DATA:

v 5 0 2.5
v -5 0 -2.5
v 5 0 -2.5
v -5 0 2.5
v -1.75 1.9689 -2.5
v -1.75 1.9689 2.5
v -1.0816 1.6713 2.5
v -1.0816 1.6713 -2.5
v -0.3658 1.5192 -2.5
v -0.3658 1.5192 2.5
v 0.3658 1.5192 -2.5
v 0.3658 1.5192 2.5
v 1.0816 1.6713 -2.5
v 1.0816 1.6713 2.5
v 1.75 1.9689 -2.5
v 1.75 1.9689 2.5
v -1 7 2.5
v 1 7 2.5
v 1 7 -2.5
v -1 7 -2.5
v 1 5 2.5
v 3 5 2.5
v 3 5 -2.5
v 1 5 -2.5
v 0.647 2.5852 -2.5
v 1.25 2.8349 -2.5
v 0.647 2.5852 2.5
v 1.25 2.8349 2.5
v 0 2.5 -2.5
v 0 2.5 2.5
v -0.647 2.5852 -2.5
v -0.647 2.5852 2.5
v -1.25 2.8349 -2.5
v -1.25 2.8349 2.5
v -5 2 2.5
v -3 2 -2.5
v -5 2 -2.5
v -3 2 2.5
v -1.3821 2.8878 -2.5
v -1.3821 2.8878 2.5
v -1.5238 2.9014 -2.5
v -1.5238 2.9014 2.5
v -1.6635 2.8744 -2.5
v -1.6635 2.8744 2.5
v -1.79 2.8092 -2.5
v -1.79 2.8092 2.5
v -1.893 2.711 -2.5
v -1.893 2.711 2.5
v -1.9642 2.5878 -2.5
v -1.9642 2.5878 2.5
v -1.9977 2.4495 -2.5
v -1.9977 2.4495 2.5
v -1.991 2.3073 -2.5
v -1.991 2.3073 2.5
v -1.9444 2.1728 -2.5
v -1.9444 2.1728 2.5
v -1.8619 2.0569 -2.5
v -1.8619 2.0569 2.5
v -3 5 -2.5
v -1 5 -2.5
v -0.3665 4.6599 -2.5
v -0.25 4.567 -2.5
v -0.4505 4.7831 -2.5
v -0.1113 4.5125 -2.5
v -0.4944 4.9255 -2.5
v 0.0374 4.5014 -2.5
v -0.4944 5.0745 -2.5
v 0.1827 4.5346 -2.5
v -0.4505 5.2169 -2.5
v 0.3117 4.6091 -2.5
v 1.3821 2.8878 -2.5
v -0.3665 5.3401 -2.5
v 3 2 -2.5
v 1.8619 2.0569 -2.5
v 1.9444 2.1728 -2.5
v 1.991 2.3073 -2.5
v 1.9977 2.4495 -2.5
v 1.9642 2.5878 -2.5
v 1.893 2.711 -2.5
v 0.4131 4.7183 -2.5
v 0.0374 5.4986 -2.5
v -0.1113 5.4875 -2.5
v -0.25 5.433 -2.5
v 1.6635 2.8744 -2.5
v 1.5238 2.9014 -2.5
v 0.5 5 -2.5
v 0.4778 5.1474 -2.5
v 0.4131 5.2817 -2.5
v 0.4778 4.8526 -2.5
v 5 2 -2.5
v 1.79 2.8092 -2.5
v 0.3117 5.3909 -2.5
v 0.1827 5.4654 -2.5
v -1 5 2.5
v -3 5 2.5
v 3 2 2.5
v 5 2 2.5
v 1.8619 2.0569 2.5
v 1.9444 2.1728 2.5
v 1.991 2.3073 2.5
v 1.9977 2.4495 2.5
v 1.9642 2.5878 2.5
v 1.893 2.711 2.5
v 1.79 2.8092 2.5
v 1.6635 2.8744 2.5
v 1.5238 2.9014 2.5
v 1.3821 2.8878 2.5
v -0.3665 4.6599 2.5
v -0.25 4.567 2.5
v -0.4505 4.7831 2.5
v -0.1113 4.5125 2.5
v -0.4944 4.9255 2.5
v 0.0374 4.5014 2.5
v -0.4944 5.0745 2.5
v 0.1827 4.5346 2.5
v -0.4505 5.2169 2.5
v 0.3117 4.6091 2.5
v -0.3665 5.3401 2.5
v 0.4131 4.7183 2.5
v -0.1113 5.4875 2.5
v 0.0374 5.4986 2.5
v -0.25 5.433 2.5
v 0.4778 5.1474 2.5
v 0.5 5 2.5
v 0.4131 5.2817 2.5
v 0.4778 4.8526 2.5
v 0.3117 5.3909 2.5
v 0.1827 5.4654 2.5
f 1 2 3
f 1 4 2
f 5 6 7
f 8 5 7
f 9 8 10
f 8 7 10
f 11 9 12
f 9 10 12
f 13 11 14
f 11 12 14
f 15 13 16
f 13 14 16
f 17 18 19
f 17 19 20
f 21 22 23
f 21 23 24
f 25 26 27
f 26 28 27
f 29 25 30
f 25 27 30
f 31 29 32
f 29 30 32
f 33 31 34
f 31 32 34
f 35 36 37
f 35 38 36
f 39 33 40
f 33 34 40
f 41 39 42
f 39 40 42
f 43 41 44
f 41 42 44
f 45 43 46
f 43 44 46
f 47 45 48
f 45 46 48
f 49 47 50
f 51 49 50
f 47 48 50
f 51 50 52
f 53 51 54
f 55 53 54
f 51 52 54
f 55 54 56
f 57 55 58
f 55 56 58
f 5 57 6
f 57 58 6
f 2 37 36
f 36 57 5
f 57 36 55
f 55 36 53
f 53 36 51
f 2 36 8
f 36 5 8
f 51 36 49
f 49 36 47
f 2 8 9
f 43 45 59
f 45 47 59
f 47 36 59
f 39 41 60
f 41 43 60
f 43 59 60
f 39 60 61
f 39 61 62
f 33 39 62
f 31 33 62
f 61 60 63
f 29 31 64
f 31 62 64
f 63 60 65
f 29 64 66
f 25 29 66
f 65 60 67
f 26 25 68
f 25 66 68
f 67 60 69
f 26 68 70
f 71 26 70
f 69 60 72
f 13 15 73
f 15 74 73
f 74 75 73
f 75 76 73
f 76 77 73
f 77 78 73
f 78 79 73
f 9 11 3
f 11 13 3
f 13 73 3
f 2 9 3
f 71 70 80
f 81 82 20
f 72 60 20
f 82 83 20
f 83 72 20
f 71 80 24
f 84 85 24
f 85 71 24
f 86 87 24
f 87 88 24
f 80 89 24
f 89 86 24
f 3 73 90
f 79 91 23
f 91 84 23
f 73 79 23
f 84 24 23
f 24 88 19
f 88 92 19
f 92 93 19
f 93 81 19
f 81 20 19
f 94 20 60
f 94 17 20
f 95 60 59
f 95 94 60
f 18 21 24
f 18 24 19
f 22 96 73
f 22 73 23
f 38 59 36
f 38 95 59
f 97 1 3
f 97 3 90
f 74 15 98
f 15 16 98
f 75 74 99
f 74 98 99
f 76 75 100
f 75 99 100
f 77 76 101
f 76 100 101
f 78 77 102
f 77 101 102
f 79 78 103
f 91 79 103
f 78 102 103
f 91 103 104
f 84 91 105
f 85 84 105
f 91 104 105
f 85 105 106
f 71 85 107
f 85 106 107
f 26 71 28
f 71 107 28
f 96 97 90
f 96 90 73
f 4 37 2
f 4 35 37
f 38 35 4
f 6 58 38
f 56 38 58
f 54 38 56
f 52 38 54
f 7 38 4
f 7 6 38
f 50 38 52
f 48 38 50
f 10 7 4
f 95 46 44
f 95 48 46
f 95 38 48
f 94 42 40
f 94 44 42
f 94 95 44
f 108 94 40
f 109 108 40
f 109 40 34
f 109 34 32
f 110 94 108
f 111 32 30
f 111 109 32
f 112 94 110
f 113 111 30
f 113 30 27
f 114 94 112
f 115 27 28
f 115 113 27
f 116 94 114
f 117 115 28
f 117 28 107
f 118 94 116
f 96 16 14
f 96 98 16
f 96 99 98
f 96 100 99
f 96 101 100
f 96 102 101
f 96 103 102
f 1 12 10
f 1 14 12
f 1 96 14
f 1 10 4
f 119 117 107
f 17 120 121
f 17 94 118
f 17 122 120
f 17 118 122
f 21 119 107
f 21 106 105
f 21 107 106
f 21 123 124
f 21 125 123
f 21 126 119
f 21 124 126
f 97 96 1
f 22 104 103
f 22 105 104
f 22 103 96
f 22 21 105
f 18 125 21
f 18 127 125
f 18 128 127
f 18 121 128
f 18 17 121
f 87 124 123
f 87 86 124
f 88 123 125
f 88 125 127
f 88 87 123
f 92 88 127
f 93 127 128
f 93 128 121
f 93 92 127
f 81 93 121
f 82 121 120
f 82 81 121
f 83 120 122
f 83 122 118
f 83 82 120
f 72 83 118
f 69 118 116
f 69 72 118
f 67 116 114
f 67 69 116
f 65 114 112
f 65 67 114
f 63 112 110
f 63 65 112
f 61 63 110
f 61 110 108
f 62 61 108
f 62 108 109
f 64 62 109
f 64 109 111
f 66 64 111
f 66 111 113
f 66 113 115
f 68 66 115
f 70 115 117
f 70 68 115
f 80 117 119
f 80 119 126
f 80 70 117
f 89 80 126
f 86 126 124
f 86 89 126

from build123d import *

# Parameters (mm, degrees)
SKETCH2_R           = 0.5
BOSS_EXTRUDE1_DEPTH = 2.5


with BuildPart() as part:
    # Sketch2 → Boss-Extrude1 (new, symmetric)
    with BuildSketch(Plane.XY):
        Polygon((-5, 0), (5, 0), (5, 2), (3, 2), (3, 5), (1, 5), (1, 7), (-1, 7), (-1, 5), (-3, 5), (-3, 2), (-5, 2), align=None)
        with Locations((0, 5)):
            Circle(SKETCH2_R, mode=Mode.SUBTRACT)
        with BuildLine():
            ThreePointArc((-1.75, 1.968911087), (0, 1.5), (1.75, 1.968911087))
            ThreePointArc((1.75, 1.968911087), (1.933012702, 2.651923789), (1.25, 2.834936491))
            ThreePointArc((1.25, 2.834936491), (0, 2.5), (-1.25, 2.834936491))
            ThreePointArc((-1.25, 2.834936491), (-1.933012702, 2.651923789), (-1.75, 1.968911087))
        make_face(mode=Mode.SUBTRACT)
    extrude(amount=BOSS_EXTRUDE1_DEPTH, both=True)


solid = part.part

TASK:
For the listing above, print only the lines starting at the line containing "f 62 108 109" and ending at the line containing "f 86 89 126", exactly, both included.

COMPLETED EXERCISE:
f 62 108 109
f 64 62 109
f 64 109 111
f 66 64 111
f 66 111 113
f 66 113 115
f 68 66 115
f 70 115 117
f 70 68 115
f 80 117 119
f 80 119 126
f 80 70 117
f 89 80 126
f 86 126 124
f 86 89 126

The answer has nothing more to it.